Samstag, 30. März 2013

Ostern in Irland

Habe ich mich eigentlich schon einmal zum Thema Ostern in Irland geäußert? Vermutlich nicht. Weil es dazu auch nicht viel zu schreiben gibt.
Na dann frohe Ostern.
Das war's. Und tschüß.



Nein, kleiner Scherz, ich schreib heute schon noch etwas mehr. Und selbst wenn es dann nur darauf herauslaufen sollte, mich in Ermangelung irischer Osterbräuche an der Überlegenheit deutschen Brauchtums aufzugeilen. Wundersam ist es schon, dass in Irland an Ostern so wenig an deutlich sichtbarem Brauchtum stattfindet. Immerhin ist Ostern das höchste kirchliche Fest, und in einem Land, das so stark kirchlich geprägt ist, hätte man doch etwas mehr Volkstümlichkeit vermutet. Vielleicht - und das ist jetzt nur meine unwissenschaftliche Theorie - liegt es ja auch daran, dass die Ausübung ihrer katholischen Religion den Iren jahrhundertelang quasi verboten war, und sich dementsprechend kein äußerer Ausdruck ihrer religiösen Feiertage bilden konnte?

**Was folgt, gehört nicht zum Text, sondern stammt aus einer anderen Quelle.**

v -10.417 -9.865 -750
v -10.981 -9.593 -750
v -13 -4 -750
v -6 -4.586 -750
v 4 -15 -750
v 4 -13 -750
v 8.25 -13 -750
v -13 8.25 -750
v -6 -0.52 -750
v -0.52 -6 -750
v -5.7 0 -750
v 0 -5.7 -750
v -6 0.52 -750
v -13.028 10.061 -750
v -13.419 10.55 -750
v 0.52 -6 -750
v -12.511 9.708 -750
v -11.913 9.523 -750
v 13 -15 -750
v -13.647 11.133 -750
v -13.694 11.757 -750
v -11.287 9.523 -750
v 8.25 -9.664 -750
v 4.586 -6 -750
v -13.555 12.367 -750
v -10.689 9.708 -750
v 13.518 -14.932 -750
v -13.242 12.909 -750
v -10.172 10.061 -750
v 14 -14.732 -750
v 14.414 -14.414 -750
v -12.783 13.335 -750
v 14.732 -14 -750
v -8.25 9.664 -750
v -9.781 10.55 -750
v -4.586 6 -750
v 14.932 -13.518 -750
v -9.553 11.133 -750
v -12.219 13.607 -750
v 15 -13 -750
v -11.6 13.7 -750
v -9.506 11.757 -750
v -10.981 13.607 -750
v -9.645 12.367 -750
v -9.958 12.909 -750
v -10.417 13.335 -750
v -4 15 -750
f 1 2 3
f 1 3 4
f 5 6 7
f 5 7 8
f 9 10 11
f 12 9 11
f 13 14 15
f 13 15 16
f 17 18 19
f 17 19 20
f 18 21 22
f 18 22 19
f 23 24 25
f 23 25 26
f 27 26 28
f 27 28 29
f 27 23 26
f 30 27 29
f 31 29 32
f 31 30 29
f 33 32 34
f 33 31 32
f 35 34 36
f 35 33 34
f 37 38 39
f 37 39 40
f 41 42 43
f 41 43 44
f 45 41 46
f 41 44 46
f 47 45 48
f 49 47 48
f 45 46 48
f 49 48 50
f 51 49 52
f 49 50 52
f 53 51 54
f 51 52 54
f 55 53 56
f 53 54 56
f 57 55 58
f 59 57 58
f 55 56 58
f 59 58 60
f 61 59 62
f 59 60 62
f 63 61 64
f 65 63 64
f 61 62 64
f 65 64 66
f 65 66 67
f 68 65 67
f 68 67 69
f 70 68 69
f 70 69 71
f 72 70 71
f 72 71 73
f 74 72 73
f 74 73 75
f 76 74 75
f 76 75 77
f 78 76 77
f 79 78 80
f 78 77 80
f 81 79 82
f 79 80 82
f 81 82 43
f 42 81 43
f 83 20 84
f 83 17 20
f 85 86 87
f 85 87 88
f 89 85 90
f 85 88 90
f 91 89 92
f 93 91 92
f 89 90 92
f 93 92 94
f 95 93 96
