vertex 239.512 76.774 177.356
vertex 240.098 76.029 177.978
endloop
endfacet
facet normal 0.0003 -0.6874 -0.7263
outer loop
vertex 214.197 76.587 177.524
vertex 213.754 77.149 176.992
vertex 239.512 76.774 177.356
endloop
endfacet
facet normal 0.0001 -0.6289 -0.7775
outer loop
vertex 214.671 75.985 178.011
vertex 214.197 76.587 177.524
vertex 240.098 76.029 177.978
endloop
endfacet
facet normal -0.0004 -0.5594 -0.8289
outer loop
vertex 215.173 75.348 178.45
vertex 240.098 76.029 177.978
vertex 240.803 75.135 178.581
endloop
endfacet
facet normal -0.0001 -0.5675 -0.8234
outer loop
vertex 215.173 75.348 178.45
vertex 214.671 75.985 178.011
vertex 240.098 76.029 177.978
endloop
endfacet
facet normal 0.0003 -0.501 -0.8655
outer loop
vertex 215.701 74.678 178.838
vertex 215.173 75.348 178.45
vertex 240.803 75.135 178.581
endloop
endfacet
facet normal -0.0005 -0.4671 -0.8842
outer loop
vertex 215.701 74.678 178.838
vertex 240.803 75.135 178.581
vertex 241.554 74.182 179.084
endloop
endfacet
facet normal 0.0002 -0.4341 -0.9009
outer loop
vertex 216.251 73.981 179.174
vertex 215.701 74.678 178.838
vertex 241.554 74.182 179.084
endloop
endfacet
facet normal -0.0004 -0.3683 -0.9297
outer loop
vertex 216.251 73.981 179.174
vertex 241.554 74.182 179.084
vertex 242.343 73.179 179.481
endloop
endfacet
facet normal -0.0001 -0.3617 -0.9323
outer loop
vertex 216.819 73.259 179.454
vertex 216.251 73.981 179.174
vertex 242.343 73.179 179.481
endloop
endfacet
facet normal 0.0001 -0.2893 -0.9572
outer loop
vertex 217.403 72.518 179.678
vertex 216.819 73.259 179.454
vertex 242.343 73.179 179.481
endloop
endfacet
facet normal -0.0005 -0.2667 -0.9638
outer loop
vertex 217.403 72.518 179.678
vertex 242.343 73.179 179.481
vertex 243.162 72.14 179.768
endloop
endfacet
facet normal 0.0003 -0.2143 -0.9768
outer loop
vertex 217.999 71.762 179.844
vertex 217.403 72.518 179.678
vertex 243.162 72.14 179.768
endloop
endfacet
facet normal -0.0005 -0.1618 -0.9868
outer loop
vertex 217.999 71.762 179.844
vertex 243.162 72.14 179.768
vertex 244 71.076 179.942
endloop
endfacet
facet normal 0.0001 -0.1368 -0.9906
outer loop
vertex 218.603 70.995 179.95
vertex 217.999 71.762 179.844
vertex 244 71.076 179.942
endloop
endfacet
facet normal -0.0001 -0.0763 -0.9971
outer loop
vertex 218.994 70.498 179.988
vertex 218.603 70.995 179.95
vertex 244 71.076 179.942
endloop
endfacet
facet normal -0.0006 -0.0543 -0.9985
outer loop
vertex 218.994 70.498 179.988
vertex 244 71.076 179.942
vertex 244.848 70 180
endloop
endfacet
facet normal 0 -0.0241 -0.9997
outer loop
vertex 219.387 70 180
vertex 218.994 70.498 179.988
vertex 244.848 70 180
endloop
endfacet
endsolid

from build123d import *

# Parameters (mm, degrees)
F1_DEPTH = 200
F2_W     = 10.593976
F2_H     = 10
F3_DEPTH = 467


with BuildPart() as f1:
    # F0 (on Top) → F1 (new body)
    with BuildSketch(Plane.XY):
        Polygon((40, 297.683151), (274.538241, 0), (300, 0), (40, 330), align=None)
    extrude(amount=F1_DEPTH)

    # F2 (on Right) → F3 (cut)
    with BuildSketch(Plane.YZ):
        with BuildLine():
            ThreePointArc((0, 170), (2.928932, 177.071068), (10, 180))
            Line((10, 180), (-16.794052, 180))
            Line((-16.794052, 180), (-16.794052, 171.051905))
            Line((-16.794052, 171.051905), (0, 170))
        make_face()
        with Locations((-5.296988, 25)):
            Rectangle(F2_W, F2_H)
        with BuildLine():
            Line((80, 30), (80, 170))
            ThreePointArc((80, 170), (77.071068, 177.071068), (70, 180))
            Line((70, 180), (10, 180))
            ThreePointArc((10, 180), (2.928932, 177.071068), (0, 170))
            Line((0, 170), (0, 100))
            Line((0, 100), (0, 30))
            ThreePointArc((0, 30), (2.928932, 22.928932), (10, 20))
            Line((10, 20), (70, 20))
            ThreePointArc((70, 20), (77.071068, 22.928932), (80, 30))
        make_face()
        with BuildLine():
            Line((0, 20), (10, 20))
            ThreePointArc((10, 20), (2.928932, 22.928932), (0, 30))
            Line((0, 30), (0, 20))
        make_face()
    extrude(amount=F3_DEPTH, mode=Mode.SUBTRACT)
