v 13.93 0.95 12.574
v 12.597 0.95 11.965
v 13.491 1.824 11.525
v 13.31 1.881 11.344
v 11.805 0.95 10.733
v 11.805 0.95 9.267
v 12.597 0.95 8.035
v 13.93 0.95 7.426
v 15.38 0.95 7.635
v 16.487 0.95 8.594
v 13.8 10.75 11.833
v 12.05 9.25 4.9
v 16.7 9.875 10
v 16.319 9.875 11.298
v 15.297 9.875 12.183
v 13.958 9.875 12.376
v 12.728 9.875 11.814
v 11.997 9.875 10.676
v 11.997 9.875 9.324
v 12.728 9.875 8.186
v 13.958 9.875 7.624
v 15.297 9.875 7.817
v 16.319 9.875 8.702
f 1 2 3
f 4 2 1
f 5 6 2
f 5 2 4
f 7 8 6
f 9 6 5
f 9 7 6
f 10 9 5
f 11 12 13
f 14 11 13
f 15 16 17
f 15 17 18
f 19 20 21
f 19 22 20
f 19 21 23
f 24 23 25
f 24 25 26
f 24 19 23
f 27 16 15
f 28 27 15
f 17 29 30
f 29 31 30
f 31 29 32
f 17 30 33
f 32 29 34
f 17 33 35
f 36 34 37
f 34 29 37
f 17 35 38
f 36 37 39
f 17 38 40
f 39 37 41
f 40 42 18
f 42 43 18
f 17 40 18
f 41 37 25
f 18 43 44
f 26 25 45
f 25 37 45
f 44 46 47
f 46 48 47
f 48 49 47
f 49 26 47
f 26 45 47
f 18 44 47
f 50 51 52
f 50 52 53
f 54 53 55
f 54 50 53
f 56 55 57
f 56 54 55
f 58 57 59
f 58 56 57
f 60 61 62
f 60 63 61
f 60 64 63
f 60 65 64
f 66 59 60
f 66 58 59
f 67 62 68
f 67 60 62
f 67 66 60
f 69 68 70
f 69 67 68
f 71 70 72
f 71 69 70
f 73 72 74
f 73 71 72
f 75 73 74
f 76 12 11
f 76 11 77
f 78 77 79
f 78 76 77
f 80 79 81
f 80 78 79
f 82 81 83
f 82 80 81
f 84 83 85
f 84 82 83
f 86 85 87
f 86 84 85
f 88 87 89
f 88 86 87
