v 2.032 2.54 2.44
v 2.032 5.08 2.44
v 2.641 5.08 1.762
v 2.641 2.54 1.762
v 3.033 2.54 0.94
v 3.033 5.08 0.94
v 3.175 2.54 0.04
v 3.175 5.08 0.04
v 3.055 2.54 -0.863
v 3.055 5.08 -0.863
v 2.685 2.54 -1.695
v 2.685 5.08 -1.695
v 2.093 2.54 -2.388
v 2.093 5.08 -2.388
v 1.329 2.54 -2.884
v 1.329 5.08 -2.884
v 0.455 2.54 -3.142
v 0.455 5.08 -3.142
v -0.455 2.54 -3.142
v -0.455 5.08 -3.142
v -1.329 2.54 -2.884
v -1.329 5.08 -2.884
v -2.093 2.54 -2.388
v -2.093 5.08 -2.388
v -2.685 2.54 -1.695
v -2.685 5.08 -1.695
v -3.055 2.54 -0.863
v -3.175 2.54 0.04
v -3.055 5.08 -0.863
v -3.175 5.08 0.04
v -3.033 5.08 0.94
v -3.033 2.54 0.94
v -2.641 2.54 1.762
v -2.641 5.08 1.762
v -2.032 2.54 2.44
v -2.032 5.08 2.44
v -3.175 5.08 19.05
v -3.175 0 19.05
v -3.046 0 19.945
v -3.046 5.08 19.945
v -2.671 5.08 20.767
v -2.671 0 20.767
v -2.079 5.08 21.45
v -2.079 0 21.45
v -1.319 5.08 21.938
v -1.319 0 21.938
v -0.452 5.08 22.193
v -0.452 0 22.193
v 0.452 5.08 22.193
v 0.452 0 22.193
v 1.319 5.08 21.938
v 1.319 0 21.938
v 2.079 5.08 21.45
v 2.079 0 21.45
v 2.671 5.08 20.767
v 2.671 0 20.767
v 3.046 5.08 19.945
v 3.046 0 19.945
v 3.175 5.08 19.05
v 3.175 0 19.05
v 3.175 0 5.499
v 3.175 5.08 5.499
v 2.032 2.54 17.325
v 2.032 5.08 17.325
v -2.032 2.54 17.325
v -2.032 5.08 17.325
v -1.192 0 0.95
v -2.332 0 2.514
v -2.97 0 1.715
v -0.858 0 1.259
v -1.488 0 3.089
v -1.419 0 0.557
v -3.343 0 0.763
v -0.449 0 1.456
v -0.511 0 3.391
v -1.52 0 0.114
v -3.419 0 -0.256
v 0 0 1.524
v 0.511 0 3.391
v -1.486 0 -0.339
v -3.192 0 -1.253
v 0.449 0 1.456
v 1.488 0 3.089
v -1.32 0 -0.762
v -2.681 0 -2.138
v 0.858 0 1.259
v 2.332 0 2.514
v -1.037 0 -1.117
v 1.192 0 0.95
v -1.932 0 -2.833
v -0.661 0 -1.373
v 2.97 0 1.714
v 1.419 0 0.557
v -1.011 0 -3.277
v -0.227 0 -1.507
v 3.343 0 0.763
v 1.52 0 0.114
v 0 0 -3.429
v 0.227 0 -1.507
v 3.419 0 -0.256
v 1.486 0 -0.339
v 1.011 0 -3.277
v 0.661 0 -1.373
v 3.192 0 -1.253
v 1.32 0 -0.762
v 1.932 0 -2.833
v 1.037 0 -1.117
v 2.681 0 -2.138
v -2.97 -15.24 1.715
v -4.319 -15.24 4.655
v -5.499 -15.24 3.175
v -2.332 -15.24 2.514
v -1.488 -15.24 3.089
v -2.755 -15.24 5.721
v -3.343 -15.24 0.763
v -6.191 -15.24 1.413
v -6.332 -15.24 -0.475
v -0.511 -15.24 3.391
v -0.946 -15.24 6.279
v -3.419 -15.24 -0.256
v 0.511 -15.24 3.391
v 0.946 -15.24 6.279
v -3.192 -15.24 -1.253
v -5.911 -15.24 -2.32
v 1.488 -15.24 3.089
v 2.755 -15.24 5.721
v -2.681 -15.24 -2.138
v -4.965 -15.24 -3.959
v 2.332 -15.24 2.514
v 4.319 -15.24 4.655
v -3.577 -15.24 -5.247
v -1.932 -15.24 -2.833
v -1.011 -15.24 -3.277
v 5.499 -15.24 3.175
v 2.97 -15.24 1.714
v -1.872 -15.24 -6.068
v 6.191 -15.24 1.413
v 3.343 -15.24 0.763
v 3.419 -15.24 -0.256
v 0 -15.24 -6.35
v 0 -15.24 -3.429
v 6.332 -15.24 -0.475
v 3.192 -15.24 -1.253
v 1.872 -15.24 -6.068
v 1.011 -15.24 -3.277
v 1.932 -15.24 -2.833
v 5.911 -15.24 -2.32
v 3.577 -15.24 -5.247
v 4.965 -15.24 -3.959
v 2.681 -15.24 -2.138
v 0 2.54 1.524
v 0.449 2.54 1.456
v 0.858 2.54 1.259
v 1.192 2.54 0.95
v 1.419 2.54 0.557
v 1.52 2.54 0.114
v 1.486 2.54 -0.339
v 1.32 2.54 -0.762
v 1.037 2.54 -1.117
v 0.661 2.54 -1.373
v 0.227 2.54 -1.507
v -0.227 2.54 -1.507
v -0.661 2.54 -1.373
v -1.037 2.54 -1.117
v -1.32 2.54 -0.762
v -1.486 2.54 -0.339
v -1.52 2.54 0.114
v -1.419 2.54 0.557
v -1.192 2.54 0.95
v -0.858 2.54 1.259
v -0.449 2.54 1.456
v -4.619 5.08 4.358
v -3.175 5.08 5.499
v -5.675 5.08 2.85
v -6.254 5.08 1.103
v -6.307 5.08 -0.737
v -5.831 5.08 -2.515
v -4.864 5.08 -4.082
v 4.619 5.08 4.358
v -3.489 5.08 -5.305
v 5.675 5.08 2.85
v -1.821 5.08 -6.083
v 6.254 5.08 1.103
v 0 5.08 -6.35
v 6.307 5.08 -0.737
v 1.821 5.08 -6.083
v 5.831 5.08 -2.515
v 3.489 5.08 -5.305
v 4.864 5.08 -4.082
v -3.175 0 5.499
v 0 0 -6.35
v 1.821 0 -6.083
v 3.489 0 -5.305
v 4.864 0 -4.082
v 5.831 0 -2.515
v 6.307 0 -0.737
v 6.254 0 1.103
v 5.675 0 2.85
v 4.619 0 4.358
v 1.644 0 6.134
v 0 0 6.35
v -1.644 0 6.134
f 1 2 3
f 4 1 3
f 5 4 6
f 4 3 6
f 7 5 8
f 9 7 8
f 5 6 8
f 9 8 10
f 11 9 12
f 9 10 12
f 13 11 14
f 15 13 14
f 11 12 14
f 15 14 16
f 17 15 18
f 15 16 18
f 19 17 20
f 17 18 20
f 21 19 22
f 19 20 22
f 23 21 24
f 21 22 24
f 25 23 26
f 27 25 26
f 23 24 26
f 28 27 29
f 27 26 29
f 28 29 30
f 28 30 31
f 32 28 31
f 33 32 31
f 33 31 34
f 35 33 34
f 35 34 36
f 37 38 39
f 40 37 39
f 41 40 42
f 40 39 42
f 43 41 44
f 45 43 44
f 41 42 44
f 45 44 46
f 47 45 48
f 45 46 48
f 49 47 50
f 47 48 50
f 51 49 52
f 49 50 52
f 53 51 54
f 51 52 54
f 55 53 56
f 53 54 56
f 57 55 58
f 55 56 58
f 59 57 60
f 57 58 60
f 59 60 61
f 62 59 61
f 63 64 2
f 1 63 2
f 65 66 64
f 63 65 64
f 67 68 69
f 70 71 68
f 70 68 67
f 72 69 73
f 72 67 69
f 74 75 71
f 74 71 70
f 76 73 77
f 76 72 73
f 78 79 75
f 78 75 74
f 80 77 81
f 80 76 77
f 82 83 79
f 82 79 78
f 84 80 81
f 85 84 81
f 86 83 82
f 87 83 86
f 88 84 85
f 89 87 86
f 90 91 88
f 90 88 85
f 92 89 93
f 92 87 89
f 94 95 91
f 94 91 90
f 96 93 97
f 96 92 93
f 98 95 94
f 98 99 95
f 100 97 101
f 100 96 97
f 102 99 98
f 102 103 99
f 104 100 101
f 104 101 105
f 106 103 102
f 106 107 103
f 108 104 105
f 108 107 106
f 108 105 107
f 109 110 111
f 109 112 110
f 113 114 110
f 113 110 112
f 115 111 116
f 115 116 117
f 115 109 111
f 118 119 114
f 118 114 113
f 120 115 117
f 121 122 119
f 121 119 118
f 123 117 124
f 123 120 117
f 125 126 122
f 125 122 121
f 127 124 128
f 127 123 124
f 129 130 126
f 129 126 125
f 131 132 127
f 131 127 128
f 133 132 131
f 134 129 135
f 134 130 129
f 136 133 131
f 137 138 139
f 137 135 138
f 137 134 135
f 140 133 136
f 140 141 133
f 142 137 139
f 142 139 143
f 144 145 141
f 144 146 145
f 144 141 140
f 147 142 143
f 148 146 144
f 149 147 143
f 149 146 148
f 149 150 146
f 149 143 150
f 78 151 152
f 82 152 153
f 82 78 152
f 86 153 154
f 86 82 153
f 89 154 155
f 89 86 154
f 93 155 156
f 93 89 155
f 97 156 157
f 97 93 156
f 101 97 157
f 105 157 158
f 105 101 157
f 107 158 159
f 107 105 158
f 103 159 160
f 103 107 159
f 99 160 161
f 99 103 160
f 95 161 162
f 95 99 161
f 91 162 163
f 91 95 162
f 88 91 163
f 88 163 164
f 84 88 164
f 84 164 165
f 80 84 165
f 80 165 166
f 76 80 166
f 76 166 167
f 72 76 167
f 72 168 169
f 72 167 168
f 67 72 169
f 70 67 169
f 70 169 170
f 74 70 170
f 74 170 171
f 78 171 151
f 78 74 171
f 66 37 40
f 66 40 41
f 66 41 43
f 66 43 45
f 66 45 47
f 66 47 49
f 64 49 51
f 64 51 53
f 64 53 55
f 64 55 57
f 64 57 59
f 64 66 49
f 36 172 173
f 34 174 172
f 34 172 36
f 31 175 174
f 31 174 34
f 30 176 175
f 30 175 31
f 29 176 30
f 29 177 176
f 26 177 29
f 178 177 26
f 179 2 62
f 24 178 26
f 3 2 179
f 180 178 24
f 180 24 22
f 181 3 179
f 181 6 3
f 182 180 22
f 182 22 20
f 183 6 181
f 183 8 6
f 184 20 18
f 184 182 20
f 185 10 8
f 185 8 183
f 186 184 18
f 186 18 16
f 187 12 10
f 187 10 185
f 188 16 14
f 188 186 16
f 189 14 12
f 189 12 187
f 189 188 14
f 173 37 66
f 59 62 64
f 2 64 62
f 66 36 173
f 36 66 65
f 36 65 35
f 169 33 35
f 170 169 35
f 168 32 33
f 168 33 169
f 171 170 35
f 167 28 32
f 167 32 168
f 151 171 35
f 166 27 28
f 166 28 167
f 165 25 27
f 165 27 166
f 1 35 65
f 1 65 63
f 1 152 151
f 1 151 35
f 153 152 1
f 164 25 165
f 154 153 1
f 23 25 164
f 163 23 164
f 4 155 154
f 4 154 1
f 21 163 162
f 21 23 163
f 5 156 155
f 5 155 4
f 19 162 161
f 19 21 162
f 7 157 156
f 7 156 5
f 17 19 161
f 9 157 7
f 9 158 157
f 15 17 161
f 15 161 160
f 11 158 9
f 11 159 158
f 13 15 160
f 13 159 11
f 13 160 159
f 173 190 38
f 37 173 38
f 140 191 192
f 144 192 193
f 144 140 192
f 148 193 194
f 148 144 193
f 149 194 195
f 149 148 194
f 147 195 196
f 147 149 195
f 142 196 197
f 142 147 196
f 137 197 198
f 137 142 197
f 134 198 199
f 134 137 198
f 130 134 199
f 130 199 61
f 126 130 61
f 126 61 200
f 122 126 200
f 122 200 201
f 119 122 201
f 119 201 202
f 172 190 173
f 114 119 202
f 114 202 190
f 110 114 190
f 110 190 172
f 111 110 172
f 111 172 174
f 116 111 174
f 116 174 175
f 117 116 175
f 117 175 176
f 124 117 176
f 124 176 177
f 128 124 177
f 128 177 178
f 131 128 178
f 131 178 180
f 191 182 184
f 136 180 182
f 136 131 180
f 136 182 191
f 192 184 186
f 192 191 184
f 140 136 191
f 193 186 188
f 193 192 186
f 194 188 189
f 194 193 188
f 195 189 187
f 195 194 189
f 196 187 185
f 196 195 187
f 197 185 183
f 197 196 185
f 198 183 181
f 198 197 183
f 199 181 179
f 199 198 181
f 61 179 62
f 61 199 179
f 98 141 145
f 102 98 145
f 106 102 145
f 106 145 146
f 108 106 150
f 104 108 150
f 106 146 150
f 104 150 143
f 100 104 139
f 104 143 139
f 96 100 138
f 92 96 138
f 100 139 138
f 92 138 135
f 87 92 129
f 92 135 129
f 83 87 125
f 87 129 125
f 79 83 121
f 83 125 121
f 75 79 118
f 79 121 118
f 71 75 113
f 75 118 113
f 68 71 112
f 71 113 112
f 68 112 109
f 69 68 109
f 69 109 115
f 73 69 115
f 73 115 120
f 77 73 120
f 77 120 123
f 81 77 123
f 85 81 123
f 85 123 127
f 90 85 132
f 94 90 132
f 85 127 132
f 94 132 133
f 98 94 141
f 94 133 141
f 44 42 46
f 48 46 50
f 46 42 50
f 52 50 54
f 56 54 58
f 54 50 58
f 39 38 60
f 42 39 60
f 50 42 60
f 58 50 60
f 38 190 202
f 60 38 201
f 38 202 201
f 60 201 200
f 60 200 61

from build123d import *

# Parameters (mm, degrees)
SKETCH1_R           = 1.524
BOSS_EXTRUDE1_DEPTH = 5.08
SKETCH2_R           = 3.175
SKETCH2_W           = 4.064
SKETCH2_H           = 17.78
CUT_EXTRUDE1_DEPTH  = 2.54
BOSS_EXTRUDE2_START = 15.24
SKETCH3_R           = 6.35
BOSS_EXTRUDE2_DEPTH = 15.24
SKETCH4_R           = 3.429
CUT_EXTRUDE2_DEPTH  = 15.24


with BuildPart() as part:
    # Sketch1 → Boss-Extrude1 (new body)
    with BuildSketch(Plane(origin=(0, 0, 0), x_dir=(1, 0, 0), z_dir=(0, 1, 0))):
        with BuildLine():
            ThreePointArc((3.175, -5.499261314), (0, 6.35), (-3.175, -5.499261314))
            Line((-3.175, -5.499261314), (-3.175, -19.05))
            ThreePointArc((-3.175, -19.05), (0, -22.225), (3.175, -19.05))
            Line((3.175, -19.05), (3.175, -5.499261314))
        make_face()
        with Locations(Location((0, 0, 0), (0, 0, 270))):
            Circle(SKETCH1_R, mode=Mode.SUBTRACT)
    extrude(amount=BOSS_EXTRUDE1_DEPTH)

    # Sketch2 → Cut-Extrude1 (cut)
    with BuildSketch(Plane(origin=(0, 5.08, 0), x_dir=(1, 0, 0), z_dir=(0, 1, 0))):
        Circle(SKETCH2_R)
        with Locations((0, -8.434547342)):
            Rectangle(SKETCH2_W, SKETCH2_H)
    extrude(amount=-CUT_EXTRUDE1_DEPTH, mode=Mode.SUBTRACT)

    # Sketch3 → Boss-Extrude2 (add)
    with BuildSketch(Plane.XZ.offset(BOSS_EXTRUDE2_START)):
        with Locations(Location((0, 0, 0), (0, 0, 270))):
            Circle(SKETCH3_R)
    extrude(amount=-BOSS_EXTRUDE2_DEPTH)

    # Sketch4 → Cut-Extrude2 (cut)
    with BuildSketch(Plane.XZ.offset(15.24)):
        with Locations(Location((0, 0, 0), (0, 0, 270))):
            Circle(SKETCH4_R)
    extrude(amount=-CUT_EXTRUDE2_DEPTH, mode=Mode.SUBTRACT)


solid = part.part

Während jedenfalls in Deutschland all über all an den Tannenspitzen goldene Lichtlein blitzen... eh... falsche Jahreszeit... an den Büschen bunte Eier im Wind wiegen, bemühte Muttis mit ihren Kindern Eier bemalen und am Ostersonntag in jedem Garten nach Eiern gesucht wird, findet hier so etwas so gut wie gar nicht statt. Stattdessen empfinde ich das irische Brauchtum als vorwiegend kommerziell. Denn Ostereier gibt es schon - aber diese immer als riesige Schokoladeneier, die gekauft und verschenkt werden. Da gibt es dann auch keine Grenzen - je größer desto besser.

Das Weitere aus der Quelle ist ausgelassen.